3D RF/FSO Mesh Networking with Challenged Infrastructure

As Unmanned Aerial Vehicles (UAVs) are becoming part of civilian life, there is a significant opportunity in their effective utilization for improving the general wireless experience of people and provisioning better wireless access. With no cellular infrastructure support, at low altitudes, managing dense deployment of devices on the ground over the scarce radio spectrum is not trivial. UAV-based coverage and aid of device-to-device (D2D) communications on the ground has the potential to be marketed and deployed across the nation for first responder teams operating under challenged infrastructure during disaster response and mitigation, and other commercial applications. UAVs can enable better altitude reuse by forming a 3D mesh network if they can utilize both radio frequency (RF) and free-space optical (FSO) communication and offer super-linear increases in the usage efficiency of the scarce wireless spectrum. To realize such hybrid RF/FSO 3D mesh networking and wireless access provisioning under challenged infrastructure, this project investigates UAV-guided D2D communications, employing UAVs equipped with mechanically and electronically steered directional FSO communication modules for spatial reuse, and designing 3D mesh network protocols of RF/FSO communication links for smart altitude reuse. The project will provide graduate and undergraduate students with mentorship opportunities in the emerging field of UAV technology. With UCF being recently categorized as a Hispanic Serving Institution, the project will also offer a great opportunity for involving minority groups in cutting edge research.

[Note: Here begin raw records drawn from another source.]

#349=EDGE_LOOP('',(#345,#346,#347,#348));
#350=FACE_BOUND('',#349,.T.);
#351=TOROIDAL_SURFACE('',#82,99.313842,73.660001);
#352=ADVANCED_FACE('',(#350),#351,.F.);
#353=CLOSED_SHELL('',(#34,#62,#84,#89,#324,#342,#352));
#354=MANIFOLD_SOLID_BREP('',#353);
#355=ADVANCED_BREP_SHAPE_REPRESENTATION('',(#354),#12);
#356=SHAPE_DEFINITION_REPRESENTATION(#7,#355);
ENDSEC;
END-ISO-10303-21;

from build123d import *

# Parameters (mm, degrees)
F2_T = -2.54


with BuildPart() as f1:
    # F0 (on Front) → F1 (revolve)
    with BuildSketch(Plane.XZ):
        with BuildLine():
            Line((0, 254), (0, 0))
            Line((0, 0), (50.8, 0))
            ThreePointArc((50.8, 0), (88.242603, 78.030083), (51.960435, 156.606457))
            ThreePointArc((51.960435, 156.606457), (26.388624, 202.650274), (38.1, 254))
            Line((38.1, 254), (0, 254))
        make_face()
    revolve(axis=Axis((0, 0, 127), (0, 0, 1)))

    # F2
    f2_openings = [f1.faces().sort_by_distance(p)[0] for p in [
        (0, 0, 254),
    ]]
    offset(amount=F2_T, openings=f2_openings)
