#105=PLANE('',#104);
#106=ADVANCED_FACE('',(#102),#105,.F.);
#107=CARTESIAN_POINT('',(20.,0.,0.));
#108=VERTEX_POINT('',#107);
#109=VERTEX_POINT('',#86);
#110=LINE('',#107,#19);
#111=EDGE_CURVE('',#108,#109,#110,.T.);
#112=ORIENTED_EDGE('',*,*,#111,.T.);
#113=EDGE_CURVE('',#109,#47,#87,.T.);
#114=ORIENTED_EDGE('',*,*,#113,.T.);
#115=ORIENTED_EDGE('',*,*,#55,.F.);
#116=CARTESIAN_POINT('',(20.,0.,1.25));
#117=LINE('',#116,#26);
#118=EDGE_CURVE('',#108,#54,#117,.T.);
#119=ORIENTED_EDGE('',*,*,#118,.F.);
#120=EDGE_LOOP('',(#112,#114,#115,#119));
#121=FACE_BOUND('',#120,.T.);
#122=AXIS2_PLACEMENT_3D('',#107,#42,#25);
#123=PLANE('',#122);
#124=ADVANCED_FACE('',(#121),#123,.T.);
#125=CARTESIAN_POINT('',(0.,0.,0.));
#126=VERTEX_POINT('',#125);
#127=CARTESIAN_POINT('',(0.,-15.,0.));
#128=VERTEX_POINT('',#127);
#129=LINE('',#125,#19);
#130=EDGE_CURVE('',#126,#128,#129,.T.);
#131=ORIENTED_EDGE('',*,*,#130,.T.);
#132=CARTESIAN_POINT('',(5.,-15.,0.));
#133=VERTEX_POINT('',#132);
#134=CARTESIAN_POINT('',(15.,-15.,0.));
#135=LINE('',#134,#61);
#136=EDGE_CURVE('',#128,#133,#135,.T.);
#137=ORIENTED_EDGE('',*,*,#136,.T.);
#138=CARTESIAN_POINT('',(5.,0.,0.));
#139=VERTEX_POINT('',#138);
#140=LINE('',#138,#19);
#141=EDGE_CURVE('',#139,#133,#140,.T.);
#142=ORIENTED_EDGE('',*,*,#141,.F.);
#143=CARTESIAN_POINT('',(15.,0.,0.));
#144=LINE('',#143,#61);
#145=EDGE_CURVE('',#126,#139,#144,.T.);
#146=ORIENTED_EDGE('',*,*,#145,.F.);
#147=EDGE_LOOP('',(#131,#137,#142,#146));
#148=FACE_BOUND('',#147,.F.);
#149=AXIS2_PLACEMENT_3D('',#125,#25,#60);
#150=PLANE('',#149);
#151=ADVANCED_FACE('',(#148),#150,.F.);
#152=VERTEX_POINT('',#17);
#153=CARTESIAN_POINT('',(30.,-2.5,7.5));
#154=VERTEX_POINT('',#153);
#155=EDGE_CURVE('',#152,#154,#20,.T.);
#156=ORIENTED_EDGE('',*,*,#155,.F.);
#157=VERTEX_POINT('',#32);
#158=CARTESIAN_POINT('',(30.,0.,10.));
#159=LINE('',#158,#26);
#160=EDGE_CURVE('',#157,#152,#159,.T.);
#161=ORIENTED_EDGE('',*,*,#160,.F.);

This project is sponsored by U.S. National Science Foundation award 2115215.

Possible outcomes from this project include novel UAV platform designs, multi-element FSO modules for inter-UAV communication, and 3D RF/FSO mesh network topology and protocol designs. The intellectual merits include: (i) Opportunistic integration of 3D mesh networks at Troposphere altitudes for spatial reuse into legacy RF technologies via UAVs with highly directional FSOC transceivers; (ii) Capability of steering directional transceivers and 3D UAV topology configuration both individually within a cluster and in the presence of uncoordinated multiple clusters of UAVs; (iii) 3D routing protocols that consider altitude, channel frequency and directionality, and residual energy of UAVs; (iv) Techniques to discover and maintain an FSO link between UAVs with minimal support from infrastructure or out-of-band RF channels; (v) Optimal multi-element full-duplex FSO transceiver design and tiling for 3D mobility; (vi) Low size, weight and power factor spherical and/or conformal transceiver design for UAVs; and (vii) Prototype of an experimental UAV-based D2D communications system to demonstrate the feasibility of UAV-based 3D mesh networking and assess the effectiveness of the proposed mechanisms.